In the intrauterine life, ESS is provided principally by myocardial contractility of the fetal heart [23]. In the early postnatal period, after suppression of the placental circulation, drop of pulmonary afterload and closure of physiological shunts, angiogenesis-cardiogenesis processes depend principally on the respiratory pump, cardiac contractility and vascular resistances. For example, in the postnatal period, successful right or left myocardial remodeling occurs independently of coronary network by the direct effect of ESS on the endocardium as a result of increased afterload of the contractile ventricle. This is obviously demonstrated in pathophysiologic remodeling such as Cor pulmonale [24], severe aortic stenosis [25] and pulmonary artery banding [26], which occurs due to increased intraventricular ESS (Laplace’s law). Similarly, an increased intravascular ESS can seriously disturb the physiological remodeling at the right heart side, promoting serious hemodynamic conditions and irreversible damage, such as Eisenmenger syndrome and vein graft disease [27-29]. We should emphasize that in most of viral dilated cardiomyopathy patients show symptoms and signs of left ventricular failure which subsequently leads to congestive heart failure. The right-heart side including the pulmonary tract is a highly compliant circuit, in which the Right Ventricular (RV) mass is approximately 1/6 of the left ventricular mass. This makes the RV vulnerable to sudden mechanical overload which is a rapidly fatal hemodynamic condition that cannot withstand the time-consuming remodeling processes, refuting claims of acute myocardial dilation in Covid-19 patients [30].
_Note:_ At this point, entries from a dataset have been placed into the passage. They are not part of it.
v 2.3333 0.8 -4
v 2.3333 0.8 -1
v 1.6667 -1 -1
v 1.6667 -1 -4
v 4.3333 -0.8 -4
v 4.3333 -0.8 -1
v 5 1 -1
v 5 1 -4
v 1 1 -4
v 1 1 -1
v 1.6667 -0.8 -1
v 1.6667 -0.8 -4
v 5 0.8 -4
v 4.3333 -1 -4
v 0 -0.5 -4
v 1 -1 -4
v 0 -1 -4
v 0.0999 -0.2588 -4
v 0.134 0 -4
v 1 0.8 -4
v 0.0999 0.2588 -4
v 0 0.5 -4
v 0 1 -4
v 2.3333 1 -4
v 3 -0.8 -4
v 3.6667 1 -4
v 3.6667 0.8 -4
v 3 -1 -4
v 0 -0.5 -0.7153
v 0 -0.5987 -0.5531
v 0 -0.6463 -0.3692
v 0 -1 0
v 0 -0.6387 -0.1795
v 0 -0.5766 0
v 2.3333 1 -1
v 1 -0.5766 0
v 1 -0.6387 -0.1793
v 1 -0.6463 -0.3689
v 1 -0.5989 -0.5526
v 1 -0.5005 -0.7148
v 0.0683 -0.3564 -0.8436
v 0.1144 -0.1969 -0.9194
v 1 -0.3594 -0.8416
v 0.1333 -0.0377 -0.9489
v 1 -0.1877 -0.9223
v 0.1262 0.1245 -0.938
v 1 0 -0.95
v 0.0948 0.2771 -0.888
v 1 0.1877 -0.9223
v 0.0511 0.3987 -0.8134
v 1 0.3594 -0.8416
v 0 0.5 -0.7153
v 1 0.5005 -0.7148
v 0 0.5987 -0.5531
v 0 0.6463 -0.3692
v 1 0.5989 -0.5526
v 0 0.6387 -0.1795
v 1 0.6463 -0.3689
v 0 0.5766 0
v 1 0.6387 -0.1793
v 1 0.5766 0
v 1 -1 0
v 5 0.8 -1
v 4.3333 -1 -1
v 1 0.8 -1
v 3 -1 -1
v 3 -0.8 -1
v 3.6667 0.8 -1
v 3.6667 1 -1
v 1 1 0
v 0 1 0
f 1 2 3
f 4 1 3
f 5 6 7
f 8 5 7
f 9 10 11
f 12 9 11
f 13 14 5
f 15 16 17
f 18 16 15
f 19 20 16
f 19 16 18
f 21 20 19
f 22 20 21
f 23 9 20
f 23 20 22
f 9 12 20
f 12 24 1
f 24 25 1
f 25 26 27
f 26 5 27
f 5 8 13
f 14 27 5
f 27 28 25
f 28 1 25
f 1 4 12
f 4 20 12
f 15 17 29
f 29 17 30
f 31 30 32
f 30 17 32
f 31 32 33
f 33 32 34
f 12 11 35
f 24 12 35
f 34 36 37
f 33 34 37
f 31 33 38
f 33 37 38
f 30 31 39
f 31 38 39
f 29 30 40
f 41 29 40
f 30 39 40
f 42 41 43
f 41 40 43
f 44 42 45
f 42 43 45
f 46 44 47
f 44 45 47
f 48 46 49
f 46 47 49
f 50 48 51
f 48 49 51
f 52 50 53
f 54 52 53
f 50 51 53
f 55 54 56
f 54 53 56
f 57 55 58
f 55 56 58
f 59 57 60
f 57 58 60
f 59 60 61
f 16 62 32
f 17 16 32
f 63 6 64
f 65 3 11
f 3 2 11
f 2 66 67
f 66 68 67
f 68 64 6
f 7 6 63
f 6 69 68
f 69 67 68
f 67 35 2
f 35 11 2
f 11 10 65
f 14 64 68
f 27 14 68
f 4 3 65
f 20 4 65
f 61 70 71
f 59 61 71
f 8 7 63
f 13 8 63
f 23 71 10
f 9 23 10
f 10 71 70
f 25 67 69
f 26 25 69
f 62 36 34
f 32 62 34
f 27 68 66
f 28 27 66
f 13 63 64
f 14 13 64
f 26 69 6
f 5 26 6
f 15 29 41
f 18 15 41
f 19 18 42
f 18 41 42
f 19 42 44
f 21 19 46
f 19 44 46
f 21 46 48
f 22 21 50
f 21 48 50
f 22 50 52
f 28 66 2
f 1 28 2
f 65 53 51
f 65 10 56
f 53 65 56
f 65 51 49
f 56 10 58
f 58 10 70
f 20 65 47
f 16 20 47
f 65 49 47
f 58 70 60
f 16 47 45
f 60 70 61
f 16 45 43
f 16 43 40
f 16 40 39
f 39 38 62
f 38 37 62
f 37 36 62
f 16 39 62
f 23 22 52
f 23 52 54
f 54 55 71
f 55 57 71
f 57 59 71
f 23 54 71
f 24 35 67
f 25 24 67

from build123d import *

# Parameters (mm, degrees)
PAD011_DEPTH    = 4
PAD012_DEPTH    = 4
POCKET006_DEPTH = 1
SKETCH020_R     = 0.65
POCKET007_DEPTH = 1.001


with BuildPart() as part:
    # Sketch013 → Pad011 (new body)
    with BuildSketch(Plane.XY):
        with BuildLine():
            ThreePointArc((0, -0.5), (0.133975, 0), (0, 0.5))
            Line((0, 0.5), (0, 1))
            Line((0, 1), (1, 1))
            Line((1, 1), (1, -1))
            Line((1, -1), (0, -1))
            Line((0, -1), (0, -0.5))
        make_face()
    extrude(amount=-PAD011_DEPTH)

    # Sketch014 → Pad012 (join)
    with BuildSketch(Plane.XY):
        Polygon((1, 1), (1.666667, -0.8), (2.333333, 1), (3, -0.8), (3.666667, 1), (4.333333, -0.8), (5, 1), (5, 0.8), (4.333333, -1), (3.666667, 0.8), (3, -1), (2.333333, 0.8), (1.666667, -1), (1, 0.8), align=None)
    extrude(amount=-PAD012_DEPTH)

    # Pad012 Face8 → Pocket006 (cut)
    with BuildSketch(Plane(origin=(3, 0, 0), x_dir=(0, 1, 0), z_dir=(0, 0, 1))):
        Polygon((1, 2), (0.8, 2), (-1, 1.333333), (0.8, 0.666667), (-1, 0), (0.8, -0.666667), (-1, -1.333333), (0.8, -2), (1, -2), (-0.8, -1.333333), (1, -0.666667), (-0.8, 0), (1, 0.666667), (-0.8, 1.333333), align=None)
    extrude(amount=-POCKET006_DEPTH, mode=Mode.SUBTRACT)

    # Sketch020 (on Face9 of Pocket006) → Pocket007 (cut, through all)
    with BuildSketch(Plane.YZ.offset(1)):
        with Locations((0, -0.3)):
            Circle(SKETCH020_R)
    extrude(amount=-POCKET007_DEPTH, mode=Mode.SUBTRACT)


solid = part.part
In conclusion, disruption of potential ESS-inducing circulatory driving forces, as in viral cardiomyopathy, can promote irreversible damage due to compensation of apoptotic cardiomyocytes by fibrous tissue. Likewise, post-viral pulmonary fibrosis, most often occur in patients with Acute Respiratory Distress Syndrome (ARDS), treated with mechanical ventilation. As ventilators prevent the respiratory pump from performing its crucial role as a potential ESS generator, along with their interference with coronary perfusion flow causing further hemodynamic deterioration in ARDS. Besides, heterogeneity of extra-alveolar and alveolar endothelial cells of the fragile alveolar system can promote barotrauma, and most likely alveolar fibrosis [31,32]. Smooth and uneventful recovery of cardiopulmonary viruses may require the employment of ESS therapy which controls hemodynamics, tissue oxygenation, remodeling and metabolic processes via a plurality of endothelial mediators [33]. The clinical application of ESS could be induced properly with pulsatile CAD, in correspondence with pathophysiology and cardiovascular biophysics to maintain a fully functioning respiratory pump and avoid the creation of a vicious circuit of energy losses and endothelial dysfunction raised by opposing hydraulic circuits [13,34].